When you have a revocable living trust, you typically serve as your own trustee. Upon your inability to serve as your own trustee, you name a successor trustee. While many trusts contain provisions regarding how a trustee no longer serves in the event of his or her disability, I’ve reviewed many trusts that don’t include removal or replacement of trustee provisions for reasons other than disability.
This is even more alarming when I ask my clients about the parties that they’ve named as successor trustees in their current trust documents. More often than not, my clients want to make a change. Sometimes the trustee that they’ve named has passed away, sometimes the financial institution no longer exists having been swallowed by a larger bank. It’s also common that my client no longer has a professional relationship with a financial institution named as trustee.
There’s nothing wrong with amending your trust to name a new successor trustee. Consider, however, that after you’ve become disabled or die, you can no longer amend your trust. What happens then?
Jim has a close relationship with his financial planner, Thomas. When Thomas changed firms, Jim moved his account since he wasn’t necessarily enamored with any firm so much as he appreciated Thomas’ wisdom and expertise. Jim named Thomas’ firm as the trustee of Jim’s trust. After Jim came down with Alzheimer’s disease, Thomas changed firms again. Jim could no longer serve as his own trustee, but Thomas’ old firm was the named firm to step in. Since Jim was incompetent he could not amend his trust again to remove the old firm and replace it with Thomas’ new firm.
Similarly, when Jim dies his wife, Jane, would potentially have to deal with someone unfamiliar with his financial plan. That is, unless Jim includes a provision in his trust that allows Jane (or someone else) to remove and replace the corporate trustee.
Jim’s revocable trust contains a provision that allows his spouse, Jane, to remove and replace any acting successor trustee. When Jim dies and his trust had the old firm still named, even though he no longer had a professional relationship with that institution, Jane could name the firm where their longstanding financial planner, Thomas worked.
The removal and replacement powers should be carefully considered, however. In blended family situations, a surviving spouse could be accused of shopping for a trustee most favorable to her situation instead of acting as an impartial fiduciary manner towards all of the trustees. In these situations, it might be best to require two individuals to remove and replace the successor trustee.
Jane is not the mother to Jim’s two sons, Zachary and Ethan. Rather than giving any one person the ability to remove and replace a successor trustee, Jim’s trust provides that during Jane’s lifetime, either Zachary or Ethan must join Jane in any removal and replacement of a corporate trustee.

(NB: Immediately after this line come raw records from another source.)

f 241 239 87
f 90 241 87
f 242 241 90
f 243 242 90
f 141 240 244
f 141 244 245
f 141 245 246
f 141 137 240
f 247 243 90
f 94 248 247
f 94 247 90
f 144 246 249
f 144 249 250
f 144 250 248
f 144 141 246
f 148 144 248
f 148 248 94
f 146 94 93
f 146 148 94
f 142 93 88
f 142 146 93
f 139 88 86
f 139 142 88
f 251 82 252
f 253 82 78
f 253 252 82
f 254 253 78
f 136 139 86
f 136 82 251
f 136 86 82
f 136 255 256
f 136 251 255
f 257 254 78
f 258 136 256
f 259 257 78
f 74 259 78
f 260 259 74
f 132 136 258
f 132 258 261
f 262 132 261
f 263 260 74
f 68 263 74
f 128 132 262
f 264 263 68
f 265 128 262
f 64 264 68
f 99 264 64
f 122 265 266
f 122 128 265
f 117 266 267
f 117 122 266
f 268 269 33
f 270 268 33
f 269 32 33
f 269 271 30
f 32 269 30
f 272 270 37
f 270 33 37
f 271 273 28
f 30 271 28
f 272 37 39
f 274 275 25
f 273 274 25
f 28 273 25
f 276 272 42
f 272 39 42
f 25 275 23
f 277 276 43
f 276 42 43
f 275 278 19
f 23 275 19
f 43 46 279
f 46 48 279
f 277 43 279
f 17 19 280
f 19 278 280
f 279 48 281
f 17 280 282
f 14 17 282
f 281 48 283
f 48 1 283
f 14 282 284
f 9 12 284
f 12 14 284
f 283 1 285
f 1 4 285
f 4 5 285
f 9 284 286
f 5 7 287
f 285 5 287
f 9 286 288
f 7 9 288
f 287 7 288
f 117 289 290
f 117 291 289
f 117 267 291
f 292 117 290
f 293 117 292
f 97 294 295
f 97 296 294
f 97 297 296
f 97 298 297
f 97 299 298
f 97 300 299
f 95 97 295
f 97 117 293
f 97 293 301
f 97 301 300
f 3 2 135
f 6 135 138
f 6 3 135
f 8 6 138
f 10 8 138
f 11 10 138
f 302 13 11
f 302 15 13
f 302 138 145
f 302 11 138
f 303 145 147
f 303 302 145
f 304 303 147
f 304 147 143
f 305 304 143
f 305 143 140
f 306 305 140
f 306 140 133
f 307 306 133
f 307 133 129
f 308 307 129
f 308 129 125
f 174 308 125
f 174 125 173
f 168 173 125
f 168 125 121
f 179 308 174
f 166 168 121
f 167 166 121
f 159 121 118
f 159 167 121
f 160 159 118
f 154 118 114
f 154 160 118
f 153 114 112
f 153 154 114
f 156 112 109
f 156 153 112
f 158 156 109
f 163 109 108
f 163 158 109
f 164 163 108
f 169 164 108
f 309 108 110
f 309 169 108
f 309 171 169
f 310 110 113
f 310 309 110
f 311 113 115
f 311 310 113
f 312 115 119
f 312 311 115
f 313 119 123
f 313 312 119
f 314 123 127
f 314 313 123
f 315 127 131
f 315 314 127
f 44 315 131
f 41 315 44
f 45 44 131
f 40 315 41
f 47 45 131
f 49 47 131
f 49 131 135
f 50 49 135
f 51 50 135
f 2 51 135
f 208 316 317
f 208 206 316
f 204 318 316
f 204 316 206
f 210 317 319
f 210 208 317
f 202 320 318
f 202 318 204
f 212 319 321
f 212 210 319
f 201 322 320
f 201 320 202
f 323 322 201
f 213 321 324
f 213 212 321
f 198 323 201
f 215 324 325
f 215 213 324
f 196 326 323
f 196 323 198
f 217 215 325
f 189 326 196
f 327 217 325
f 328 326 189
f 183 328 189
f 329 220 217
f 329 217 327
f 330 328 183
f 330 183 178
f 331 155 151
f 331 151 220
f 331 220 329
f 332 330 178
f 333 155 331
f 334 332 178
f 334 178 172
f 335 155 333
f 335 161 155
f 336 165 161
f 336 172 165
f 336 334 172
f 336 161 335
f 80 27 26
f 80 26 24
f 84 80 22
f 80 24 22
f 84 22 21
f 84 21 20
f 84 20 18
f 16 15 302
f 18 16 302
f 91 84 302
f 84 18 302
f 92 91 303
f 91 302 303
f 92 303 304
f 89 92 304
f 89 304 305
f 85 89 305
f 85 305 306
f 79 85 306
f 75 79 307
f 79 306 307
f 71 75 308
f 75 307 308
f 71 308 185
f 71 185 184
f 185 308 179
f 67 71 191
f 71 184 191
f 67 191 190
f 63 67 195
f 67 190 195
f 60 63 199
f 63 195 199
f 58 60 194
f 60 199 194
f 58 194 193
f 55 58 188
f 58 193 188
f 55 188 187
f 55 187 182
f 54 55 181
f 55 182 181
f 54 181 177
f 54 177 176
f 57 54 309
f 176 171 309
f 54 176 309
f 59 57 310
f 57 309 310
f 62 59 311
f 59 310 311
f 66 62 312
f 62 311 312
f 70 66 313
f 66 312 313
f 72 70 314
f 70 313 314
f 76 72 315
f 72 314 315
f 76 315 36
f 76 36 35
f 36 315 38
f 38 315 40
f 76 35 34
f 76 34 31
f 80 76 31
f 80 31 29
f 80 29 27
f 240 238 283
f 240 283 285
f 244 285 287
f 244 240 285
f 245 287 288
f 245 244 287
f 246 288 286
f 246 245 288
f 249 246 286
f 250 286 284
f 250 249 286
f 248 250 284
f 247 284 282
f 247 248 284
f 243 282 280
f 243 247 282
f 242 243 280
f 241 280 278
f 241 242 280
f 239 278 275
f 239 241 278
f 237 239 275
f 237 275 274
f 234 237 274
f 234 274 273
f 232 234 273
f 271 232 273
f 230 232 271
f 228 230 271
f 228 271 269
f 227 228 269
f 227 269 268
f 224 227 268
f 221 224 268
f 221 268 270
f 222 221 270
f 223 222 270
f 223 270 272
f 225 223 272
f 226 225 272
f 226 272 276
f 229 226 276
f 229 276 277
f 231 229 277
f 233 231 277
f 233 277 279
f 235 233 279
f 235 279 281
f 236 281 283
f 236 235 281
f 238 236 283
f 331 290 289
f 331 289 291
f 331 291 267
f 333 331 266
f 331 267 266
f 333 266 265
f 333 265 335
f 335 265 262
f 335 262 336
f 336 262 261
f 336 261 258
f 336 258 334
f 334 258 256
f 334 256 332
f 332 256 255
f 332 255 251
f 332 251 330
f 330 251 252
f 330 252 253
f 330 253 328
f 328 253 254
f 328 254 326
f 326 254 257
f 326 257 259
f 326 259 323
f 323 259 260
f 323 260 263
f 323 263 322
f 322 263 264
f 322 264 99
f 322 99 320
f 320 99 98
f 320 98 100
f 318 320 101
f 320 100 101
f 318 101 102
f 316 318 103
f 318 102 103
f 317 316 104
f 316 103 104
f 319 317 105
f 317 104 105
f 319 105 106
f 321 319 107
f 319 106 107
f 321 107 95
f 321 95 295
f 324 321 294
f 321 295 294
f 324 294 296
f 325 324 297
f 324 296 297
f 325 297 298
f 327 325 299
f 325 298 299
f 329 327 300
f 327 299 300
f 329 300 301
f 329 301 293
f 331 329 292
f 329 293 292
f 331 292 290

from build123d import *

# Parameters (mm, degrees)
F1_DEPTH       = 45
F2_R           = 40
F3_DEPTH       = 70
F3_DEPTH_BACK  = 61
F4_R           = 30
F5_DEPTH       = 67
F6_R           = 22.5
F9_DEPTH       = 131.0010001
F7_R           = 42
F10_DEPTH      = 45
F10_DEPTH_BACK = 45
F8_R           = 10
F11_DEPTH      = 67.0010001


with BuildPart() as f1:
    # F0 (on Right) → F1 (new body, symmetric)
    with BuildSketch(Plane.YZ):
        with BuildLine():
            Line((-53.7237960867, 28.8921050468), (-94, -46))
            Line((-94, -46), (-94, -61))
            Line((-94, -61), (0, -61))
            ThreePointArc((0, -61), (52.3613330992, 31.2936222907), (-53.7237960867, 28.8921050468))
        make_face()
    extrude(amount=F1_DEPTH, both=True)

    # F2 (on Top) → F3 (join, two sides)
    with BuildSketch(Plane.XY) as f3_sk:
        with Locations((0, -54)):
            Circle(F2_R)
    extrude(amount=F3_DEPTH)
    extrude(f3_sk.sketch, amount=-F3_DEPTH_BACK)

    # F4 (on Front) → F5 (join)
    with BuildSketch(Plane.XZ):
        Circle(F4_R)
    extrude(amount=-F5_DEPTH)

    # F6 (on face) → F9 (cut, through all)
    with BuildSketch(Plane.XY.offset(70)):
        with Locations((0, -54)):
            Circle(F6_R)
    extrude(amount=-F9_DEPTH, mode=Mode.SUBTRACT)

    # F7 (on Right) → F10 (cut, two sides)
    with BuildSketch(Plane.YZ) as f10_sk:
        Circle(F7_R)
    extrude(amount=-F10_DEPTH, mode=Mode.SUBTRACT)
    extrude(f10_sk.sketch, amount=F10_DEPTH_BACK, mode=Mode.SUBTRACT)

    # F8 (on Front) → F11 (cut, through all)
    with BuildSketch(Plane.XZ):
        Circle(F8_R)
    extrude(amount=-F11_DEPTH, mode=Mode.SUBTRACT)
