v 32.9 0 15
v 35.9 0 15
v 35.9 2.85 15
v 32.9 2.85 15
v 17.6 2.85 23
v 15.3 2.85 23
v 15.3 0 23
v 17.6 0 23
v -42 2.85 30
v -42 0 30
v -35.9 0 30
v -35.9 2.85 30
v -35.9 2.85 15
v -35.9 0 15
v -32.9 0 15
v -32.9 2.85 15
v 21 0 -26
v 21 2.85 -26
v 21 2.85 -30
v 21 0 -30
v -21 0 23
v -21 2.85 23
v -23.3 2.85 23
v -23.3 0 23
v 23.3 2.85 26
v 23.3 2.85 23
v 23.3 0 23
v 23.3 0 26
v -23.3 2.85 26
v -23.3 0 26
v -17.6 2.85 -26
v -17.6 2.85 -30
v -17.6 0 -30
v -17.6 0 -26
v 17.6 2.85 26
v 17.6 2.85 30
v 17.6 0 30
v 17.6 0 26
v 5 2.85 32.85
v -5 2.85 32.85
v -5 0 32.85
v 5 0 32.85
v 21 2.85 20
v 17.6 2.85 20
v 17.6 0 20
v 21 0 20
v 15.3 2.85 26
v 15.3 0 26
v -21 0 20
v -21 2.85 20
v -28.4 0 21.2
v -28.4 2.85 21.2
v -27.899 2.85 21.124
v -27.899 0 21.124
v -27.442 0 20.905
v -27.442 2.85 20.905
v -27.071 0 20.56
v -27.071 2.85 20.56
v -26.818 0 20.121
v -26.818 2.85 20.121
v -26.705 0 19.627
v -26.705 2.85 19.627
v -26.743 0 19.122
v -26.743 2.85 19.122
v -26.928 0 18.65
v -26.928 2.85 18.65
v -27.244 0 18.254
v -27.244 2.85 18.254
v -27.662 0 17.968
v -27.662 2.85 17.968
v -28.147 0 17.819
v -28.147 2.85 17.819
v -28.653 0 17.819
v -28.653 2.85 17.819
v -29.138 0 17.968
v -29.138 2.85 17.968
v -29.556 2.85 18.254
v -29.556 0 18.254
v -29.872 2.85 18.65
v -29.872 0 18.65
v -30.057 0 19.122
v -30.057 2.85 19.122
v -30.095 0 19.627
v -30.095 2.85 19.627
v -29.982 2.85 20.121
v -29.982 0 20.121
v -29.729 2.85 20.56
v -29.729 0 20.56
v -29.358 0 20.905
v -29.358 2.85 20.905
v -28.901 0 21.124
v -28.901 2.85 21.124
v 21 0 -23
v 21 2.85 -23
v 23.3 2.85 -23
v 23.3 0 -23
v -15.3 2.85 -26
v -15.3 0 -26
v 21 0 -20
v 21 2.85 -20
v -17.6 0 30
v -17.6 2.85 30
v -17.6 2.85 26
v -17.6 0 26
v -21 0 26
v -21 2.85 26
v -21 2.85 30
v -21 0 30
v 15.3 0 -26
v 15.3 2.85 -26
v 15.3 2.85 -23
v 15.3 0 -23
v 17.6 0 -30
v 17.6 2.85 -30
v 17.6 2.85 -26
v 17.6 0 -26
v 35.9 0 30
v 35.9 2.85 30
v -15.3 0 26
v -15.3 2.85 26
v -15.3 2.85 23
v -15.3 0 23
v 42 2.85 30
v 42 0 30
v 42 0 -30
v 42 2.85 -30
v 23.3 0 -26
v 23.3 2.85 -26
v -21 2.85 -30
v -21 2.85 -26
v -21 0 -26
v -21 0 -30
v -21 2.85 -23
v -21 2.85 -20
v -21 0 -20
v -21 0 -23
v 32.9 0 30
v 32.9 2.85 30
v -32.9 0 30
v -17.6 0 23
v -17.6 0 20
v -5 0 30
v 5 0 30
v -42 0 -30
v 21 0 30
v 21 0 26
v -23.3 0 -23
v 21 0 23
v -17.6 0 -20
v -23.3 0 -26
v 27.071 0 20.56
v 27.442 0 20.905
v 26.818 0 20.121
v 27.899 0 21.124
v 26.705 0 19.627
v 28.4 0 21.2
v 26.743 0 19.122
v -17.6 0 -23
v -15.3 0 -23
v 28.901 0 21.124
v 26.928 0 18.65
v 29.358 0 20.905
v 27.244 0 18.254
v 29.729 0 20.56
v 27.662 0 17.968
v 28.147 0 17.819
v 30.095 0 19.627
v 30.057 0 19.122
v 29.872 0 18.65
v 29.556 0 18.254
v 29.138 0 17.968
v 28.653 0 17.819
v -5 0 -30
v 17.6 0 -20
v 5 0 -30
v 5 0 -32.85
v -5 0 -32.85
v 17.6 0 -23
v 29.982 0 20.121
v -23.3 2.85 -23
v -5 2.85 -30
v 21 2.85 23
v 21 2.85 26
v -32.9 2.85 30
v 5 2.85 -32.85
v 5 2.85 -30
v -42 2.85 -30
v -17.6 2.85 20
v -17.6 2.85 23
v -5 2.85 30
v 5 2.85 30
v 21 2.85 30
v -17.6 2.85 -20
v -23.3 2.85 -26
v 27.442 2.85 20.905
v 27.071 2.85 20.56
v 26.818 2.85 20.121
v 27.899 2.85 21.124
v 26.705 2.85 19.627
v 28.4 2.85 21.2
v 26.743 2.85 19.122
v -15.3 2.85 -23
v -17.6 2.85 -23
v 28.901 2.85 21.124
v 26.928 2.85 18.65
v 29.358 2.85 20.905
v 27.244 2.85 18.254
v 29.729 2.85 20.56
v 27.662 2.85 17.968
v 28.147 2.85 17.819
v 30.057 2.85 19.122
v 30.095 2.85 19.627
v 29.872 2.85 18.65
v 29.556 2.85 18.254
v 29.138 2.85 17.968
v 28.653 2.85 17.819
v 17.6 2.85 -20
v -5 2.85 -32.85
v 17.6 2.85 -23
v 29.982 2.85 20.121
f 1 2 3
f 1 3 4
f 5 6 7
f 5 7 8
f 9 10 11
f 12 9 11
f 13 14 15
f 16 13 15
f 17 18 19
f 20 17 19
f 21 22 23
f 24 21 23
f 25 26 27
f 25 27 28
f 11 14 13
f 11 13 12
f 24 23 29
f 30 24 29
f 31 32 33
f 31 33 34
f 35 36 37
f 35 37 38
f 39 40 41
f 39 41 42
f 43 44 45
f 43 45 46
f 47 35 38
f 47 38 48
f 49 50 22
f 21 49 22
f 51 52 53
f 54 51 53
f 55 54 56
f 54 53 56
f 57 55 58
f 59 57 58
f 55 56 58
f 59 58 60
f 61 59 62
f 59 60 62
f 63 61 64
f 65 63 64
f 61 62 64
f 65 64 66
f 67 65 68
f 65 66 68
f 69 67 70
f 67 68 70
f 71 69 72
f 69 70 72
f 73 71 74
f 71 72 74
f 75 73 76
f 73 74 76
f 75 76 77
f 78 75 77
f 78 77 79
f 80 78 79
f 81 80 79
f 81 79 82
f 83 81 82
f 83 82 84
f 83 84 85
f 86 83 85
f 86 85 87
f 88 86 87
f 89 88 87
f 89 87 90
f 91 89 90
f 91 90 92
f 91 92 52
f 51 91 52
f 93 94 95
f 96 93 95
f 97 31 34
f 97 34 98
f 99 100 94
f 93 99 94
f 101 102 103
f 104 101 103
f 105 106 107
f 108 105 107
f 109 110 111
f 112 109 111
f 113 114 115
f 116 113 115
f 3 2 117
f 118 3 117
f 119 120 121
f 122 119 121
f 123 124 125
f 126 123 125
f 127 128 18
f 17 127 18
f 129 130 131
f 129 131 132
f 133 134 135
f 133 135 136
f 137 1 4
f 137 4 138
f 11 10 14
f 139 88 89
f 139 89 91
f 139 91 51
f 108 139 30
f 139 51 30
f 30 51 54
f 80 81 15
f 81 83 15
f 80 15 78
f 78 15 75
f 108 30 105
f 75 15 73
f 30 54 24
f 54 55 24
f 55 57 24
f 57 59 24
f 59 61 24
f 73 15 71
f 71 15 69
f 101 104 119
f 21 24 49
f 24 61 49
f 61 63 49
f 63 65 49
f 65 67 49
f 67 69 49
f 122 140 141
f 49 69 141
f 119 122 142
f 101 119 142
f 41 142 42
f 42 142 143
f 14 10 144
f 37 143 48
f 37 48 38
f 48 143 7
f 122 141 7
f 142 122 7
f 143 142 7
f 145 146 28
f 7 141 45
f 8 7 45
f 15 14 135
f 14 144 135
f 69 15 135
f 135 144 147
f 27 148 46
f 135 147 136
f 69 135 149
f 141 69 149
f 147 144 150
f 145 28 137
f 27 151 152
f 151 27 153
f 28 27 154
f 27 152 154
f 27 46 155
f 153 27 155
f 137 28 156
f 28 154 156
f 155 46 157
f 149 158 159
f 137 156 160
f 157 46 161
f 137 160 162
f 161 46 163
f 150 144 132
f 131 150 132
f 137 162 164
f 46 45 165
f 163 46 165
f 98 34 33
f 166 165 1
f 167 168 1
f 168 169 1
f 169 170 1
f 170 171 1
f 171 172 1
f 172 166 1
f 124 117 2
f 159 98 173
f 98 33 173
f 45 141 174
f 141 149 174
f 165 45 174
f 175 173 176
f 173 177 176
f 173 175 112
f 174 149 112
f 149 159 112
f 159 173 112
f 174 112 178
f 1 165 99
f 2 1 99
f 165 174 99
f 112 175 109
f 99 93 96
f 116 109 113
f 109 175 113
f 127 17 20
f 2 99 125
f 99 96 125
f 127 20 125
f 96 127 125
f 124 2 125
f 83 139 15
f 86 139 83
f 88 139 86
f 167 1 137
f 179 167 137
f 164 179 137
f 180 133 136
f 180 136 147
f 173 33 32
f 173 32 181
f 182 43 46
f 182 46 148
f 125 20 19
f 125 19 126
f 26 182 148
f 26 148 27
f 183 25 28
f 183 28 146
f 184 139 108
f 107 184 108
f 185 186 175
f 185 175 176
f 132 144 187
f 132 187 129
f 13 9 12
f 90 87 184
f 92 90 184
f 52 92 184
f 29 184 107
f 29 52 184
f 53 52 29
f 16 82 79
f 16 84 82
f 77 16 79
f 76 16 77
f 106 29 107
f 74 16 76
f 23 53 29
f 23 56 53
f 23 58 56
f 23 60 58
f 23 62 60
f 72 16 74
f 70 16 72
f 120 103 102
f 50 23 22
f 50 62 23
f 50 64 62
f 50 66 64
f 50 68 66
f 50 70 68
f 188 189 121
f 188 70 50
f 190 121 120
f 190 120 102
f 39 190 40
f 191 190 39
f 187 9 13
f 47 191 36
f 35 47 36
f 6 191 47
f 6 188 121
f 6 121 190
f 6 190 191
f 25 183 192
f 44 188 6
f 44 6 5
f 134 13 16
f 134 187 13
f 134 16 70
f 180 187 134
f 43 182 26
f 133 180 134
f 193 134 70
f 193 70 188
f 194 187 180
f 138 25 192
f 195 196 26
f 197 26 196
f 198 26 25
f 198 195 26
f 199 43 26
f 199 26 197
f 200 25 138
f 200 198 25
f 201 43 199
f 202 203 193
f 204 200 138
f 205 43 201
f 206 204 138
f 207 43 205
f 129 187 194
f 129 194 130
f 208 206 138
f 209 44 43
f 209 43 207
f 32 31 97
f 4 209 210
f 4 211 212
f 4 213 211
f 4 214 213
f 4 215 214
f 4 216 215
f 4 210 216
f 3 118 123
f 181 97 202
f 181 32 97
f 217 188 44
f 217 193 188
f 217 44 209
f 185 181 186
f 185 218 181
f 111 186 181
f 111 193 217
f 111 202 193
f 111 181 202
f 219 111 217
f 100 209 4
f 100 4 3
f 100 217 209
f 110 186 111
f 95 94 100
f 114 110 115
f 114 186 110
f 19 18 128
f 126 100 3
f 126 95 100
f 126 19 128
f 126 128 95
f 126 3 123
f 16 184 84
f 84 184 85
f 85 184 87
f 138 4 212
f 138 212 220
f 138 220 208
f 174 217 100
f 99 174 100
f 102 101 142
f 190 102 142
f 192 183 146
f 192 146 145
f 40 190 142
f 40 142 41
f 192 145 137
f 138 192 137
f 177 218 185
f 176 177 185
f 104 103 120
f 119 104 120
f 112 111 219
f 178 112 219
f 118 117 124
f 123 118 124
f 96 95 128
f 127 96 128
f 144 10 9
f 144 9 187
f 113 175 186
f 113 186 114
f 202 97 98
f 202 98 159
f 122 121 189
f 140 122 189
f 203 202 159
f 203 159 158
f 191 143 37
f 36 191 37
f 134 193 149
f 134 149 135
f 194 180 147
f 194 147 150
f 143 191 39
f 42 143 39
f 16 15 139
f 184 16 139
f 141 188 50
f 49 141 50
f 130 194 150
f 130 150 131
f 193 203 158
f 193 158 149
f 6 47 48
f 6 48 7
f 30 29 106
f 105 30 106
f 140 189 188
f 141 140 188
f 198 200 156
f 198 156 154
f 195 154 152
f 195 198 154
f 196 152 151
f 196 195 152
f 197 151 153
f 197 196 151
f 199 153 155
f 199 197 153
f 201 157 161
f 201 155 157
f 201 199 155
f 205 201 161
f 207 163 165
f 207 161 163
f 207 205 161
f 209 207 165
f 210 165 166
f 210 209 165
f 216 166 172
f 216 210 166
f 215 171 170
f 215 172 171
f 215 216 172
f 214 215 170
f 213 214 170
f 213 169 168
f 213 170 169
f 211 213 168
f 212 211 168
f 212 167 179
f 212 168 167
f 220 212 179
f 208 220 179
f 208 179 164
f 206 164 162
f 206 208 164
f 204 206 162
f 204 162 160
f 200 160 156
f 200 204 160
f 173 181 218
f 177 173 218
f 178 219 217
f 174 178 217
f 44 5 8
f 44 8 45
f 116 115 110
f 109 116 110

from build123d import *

# Parameters (mm, degrees)
SKETCH1_W            = 84
SKETCH1_H            = 60
BOSS_EXTRUDE1_DEPTH  = 2.85
SKETCH2_W            = 3
SKETCH2_H            = 15
CUT_EXTRUDE1_DEPTH   = 52.692576837
CUT_EXTRUDE2_DEPTH   = 52.692576837
SKETCH4_W            = 10
SKETCH4_H            = 2.85
BOSS_EXTRUDE2_DEPTH  = 2.85
MIRROR3_COPY_1_DEPTH = 52.692576837
SKETCH5_R            = 1.7
CUT_EXTRUDE3_DEPTH   = 6


with BuildPart() as part:
    # Sketch1 → Boss-Extrude1 (new body)
    with BuildSketch(Plane(origin=(0, 0, 0), x_dir=(1, 0, 0), z_dir=(0, 1, 0))):
        Rectangle(SKETCH1_W, SKETCH1_H)
    extrude(amount=BOSS_EXTRUDE1_DEPTH)

    # Sketch2 → Cut-Extrude1 (cut, through all)
    with BuildSketch(Plane.XZ):
        with Locations((-34.4, 22.5)):
            Rectangle(SKETCH2_W, SKETCH2_H)
    cut_extrude1 = extrude(amount=-CUT_EXTRUDE1_DEPTH, mode=Mode.SUBTRACT)

    # Mirror1: Cut-Extrude1 across plane
    add(cut_extrude1.mirror(Plane(origin=(0, 0, 0), x_dir=(0, 0, 1), z_dir=(1, 0, 0))), mode=Mode.SUBTRACT)

    # Sketch3 → Cut-Extrude2 (cut, through all)
    with BuildSketch(Plane(origin=(0, 2.85, 0), x_dir=(1, 0, 0), z_dir=(0, 1, 0))):
        Polygon((-23.3, 26), (-21, 26), (-21, 30), (-17.6, 30), (-17.6, 26), (-15.3, 26), (-15.3, 23), (-17.6, 23), (-17.6, 20), (-21, 20), (-21, 23), (-23.3, 23), align=None)
    cut_extrude2 = extrude(amount=-CUT_EXTRUDE2_DEPTH, mode=Mode.SUBTRACT)

    # Mirror2: Cut-Extrude2 across plane
    add(cut_extrude2.mirror(Plane(origin=(0, 0, 0), x_dir=(0, 0, 1), z_dir=(1, 0, 0))), mode=Mode.SUBTRACT)

    # Sketch4 → Boss-Extrude2 (add)
    with BuildSketch(Plane(origin=(0, 2.85, 0), x_dir=(1, 0, 0), z_dir=(0, 1, 0))):
        with Locations((0, 31.425)):
            Rectangle(SKETCH4_W, SKETCH4_H)
    boss_extrude2 = extrude(amount=-BOSS_EXTRUDE2_DEPTH)

    # Mirror3: Cut-Extrude2, Boss-Extrude2 across plane
    add(cut_extrude2.mirror(Plane.XY), mode=Mode.SUBTRACT)
    add(boss_extrude2.mirror(Plane.XY))

    # Mirror3 copy 1 sketch → Mirror3 copy 1 (cut, through all)
    with BuildSketch(Plane(origin=(0, 2.85, 0), x_dir=(-1, 0, 0), z_dir=(0, 1, 0))):
        Polygon((-23.3, 26), (-21, 26), (-21, 30), (-17.6, 30), (-17.6, 26), (-15.3, 26), (-15.3, 23), (-17.6, 23), (-17.6, 20), (-21, 20), (-21, 23), (-23.3, 23), align=None)
    extrude(amount=-MIRROR3_COPY_1_DEPTH, mode=Mode.SUBTRACT)

    # Sketch5 → Cut-Extrude3 (cut)
    with BuildSketch(Plane(origin=(0, 5.35, 32.85), x_dir=(1, 0, 0), z_dir=(0, 1, 0))):
        with Locations(Location((-28.4, 13.35, 0), (0, 0, 270))):
            Circle(SKETCH5_R)
    cut_extrude3 = extrude(amount=-CUT_EXTRUDE3_DEPTH, mode=Mode.SUBTRACT)

    # Mirror4: Cut-Extrude3 across plane
    add(cut_extrude3.mirror(Plane(origin=(0, 0, 0), x_dir=(0, 0, 1), z_dir=(1, 0, 0))), mode=Mode.SUBTRACT)


solid = part.part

Where the surviving spouse is serving in the role as successor trustee, this issue can become even more delicate.
Jim names Jane as his successor trustee, and Jane is the primary beneficiary of Jim’s trust for the remainder of Jane’s life. Jim trusts Jane explicitly, and does not want to cause conflict between Jane and his sons. Jim therefore provides that Zachary and Ethan must have “cause” in order to remove Jane as a trustee. “Cause” is defined as Jane being grossly negligent in the investment and management of the trust funds, or by making improper distributions.
Sometimes you will name a trustee for a child who has problems handling money, who may be a spendthrift, or who has drug, alcohol or gambling dependency problems. Here, the choices to be made are not easy.
At Jane’s death, Jim’s trust divides into separate continuing trust shares for Zachary and Ethan. Since Zachary is adept at managing money, Jim names Zachary to serve as his own trustee. Ethan, however, has been in and out of drug rehabilitation centers since adolescence. To protect him from himself, Jim named a corporate trustee to serve as Ethan’s trustee.
Here the issue is whether Jim should give Ethan, or some other person, the power to remove and replace the corporate trustee. Generally speaking, you never want to create a testamentary trust where the trustee cannot be removed. Financial institutions can change, merge with others, raise their fees or poorly perform with investments and administrative functions. When this is the case, you would want them removed.
But to give Ethan that power is problematic. He may shop for a trustee that will freely distribute funds to him, even though he intends to use those funds to support his drug habit. Giving that same power to Zachary poses other problems. What happens when Ethan asks Zachary to remove and replace the trustee and Zachary doesn’t see the need? Might this drive a wedge into their relationship? There are no easy answers here.
Every family’s situation will be different. That’s why I suggest that you explore these issues thoroughly with your estate-planning attorney who can draft appropriate provisions into your legal documents.